Task instructions:
Go through the entries below and print, exactly, the lines starting at the one with "#168=ORIENTED_EDGE('',*,*,#91,.T.);" and ending at the one with "END-ISO-10303-21;", keeping both ends and no others.

Records for this task:

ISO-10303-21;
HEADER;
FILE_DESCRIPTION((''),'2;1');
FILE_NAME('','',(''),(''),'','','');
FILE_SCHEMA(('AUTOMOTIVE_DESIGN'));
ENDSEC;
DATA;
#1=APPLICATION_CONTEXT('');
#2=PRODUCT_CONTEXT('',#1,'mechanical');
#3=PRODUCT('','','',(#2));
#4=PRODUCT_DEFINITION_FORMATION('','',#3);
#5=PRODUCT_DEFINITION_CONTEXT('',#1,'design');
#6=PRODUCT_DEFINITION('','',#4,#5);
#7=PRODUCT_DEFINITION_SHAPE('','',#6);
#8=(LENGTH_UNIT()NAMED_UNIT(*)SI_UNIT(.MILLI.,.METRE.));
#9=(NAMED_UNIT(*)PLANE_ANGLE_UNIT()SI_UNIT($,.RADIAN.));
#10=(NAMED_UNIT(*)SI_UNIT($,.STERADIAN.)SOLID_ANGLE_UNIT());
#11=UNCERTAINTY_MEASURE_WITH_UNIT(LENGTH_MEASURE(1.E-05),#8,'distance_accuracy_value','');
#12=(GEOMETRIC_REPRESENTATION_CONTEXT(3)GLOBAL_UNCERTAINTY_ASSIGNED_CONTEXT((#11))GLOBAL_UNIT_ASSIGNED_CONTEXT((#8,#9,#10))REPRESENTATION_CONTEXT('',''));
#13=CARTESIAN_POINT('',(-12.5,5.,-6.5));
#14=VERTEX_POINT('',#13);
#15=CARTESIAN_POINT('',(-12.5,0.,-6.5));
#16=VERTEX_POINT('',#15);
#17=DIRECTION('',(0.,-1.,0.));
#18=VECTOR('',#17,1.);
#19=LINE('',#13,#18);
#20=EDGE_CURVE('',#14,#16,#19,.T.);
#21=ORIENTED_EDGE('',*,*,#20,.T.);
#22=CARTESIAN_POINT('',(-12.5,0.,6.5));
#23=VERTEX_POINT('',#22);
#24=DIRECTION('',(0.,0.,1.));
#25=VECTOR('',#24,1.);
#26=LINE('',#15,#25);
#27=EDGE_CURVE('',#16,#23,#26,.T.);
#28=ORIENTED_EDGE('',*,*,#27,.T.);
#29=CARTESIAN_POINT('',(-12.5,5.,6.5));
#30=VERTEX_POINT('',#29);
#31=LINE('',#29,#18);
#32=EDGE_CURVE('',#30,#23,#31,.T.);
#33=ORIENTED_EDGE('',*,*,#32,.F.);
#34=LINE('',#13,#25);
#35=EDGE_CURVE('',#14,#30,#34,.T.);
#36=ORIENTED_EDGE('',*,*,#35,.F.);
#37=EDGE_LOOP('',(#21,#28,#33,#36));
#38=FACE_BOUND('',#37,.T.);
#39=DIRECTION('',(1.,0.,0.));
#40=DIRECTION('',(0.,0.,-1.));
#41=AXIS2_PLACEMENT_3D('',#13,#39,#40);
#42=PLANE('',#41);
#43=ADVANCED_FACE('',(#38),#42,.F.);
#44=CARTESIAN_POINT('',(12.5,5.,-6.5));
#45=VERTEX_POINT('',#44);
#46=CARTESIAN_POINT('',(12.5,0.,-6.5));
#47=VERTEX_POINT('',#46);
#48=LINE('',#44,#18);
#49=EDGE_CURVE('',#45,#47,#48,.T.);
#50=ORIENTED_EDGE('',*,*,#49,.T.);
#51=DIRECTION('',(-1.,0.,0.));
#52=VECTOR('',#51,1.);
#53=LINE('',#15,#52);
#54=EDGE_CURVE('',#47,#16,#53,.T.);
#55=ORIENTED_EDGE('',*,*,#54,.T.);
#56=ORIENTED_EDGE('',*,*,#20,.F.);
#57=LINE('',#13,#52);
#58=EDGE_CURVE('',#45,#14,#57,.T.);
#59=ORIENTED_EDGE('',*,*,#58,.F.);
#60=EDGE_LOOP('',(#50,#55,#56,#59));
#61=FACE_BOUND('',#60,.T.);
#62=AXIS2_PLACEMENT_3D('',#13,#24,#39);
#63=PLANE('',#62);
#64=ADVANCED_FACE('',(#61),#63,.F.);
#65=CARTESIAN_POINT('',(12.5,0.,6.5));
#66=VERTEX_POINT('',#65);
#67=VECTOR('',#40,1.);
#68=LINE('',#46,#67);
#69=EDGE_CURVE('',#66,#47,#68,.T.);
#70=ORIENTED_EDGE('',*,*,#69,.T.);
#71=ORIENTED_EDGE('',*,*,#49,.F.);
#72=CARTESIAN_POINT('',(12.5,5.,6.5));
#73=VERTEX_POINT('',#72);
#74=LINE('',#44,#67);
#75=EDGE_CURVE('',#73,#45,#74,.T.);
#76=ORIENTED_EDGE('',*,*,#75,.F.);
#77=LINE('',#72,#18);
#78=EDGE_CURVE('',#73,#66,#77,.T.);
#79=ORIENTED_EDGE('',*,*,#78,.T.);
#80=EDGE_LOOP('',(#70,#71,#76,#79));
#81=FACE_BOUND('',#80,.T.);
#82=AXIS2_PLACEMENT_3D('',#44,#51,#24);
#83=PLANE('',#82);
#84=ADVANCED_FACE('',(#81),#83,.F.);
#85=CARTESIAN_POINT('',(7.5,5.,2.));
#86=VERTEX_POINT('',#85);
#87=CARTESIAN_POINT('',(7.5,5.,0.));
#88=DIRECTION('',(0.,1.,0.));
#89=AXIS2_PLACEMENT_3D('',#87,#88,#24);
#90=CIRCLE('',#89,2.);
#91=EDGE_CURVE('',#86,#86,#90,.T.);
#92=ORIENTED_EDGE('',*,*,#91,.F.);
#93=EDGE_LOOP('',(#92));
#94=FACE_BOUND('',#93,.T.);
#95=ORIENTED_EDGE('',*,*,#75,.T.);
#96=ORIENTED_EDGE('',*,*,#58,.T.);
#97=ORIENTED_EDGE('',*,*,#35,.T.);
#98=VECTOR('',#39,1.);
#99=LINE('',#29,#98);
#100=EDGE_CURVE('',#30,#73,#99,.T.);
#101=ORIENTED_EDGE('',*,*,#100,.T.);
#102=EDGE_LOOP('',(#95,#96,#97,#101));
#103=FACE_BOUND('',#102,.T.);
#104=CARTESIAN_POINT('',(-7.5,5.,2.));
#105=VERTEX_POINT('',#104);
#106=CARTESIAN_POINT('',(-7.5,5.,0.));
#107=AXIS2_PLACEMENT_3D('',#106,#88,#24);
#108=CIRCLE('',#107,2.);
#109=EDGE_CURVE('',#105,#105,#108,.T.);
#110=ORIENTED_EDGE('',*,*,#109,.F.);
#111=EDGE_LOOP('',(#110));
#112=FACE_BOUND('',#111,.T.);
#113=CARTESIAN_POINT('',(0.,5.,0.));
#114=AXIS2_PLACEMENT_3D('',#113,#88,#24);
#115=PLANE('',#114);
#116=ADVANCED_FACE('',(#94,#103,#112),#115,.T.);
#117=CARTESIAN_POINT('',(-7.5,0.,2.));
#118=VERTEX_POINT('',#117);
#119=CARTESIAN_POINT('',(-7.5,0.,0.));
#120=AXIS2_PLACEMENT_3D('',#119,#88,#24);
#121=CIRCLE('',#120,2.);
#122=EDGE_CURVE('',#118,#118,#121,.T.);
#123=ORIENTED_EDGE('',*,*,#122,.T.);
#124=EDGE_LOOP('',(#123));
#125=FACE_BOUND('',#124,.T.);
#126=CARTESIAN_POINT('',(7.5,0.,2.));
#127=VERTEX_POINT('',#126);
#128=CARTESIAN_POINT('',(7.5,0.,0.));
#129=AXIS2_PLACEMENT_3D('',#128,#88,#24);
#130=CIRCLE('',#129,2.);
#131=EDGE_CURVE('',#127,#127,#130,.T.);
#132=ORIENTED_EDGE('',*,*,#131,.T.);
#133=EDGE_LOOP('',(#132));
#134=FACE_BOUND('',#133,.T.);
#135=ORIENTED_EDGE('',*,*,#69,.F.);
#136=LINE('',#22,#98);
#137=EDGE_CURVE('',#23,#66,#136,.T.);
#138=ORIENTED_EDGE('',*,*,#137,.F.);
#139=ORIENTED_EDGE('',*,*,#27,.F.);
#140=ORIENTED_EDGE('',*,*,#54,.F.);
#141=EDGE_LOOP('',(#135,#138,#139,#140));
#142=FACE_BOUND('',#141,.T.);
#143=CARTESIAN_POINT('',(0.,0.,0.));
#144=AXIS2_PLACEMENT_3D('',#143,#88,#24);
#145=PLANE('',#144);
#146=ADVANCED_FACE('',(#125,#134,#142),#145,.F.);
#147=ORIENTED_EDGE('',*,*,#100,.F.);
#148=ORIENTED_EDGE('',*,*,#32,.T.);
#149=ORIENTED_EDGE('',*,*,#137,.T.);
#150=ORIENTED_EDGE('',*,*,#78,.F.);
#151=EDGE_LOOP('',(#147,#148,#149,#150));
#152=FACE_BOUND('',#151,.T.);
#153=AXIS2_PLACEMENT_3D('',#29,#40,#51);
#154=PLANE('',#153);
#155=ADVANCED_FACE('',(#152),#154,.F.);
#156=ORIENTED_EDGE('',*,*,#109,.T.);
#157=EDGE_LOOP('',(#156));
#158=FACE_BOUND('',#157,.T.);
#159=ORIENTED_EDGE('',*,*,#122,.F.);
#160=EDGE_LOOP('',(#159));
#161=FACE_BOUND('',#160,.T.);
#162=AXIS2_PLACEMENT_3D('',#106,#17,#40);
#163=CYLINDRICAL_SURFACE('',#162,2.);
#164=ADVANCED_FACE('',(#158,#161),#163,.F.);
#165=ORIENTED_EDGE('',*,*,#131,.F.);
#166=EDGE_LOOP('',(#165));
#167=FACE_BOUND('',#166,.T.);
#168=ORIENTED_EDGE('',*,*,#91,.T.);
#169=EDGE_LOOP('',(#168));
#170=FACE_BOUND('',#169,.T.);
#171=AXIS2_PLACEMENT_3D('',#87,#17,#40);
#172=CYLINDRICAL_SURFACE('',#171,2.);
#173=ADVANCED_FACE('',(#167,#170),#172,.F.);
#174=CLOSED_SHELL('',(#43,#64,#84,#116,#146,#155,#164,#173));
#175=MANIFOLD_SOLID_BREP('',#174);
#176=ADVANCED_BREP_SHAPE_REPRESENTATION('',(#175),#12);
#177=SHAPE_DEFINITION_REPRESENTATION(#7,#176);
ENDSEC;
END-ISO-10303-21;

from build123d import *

# Parameters (mm, degrees)
SKETCH1_W           = 25
SKETCH1_H           = 13
SKETCH1_R           = 2
BOSS_EXTRUDE1_DEPTH = 5


with BuildPart() as part:
    # Sketch1 → Boss-Extrude1 (new body)
    with BuildSketch(Plane(origin=(0, 0, 0), x_dir=(1, 0, 0), z_dir=(0, 1, 0))):
        Rectangle(SKETCH1_W, SKETCH1_H)
        with Locations((-7.5, 0)):
            Circle(SKETCH1_R, mode=Mode.SUBTRACT)
        with Locations((7.5, 0)):
            Circle(SKETCH1_R, mode=Mode.SUBTRACT)
    extrude(amount=BOSS_EXTRUDE1_DEPTH)


solid = part.part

Solution for this exercise:
#168=ORIENTED_EDGE('',*,*,#91,.T.);
#169=EDGE_LOOP('',(#168));
#170=FACE_BOUND('',#169,.T.);
#171=AXIS2_PLACEMENT_3D('',#87,#17,#40);
#172=CYLINDRICAL_SURFACE('',#171,2.);
#173=ADVANCED_FACE('',(#167,#170),#172,.F.);
#174=CLOSED_SHELL('',(#43,#64,#84,#116,#146,#155,#164,#173));
#175=MANIFOLD_SOLID_BREP('',#174);
#176=ADVANCED_BREP_SHAPE_REPRESENTATION('',(#175),#12);
#177=SHAPE_DEFINITION_REPRESENTATION(#7,#176);
ENDSEC;
END-ISO-10303-21;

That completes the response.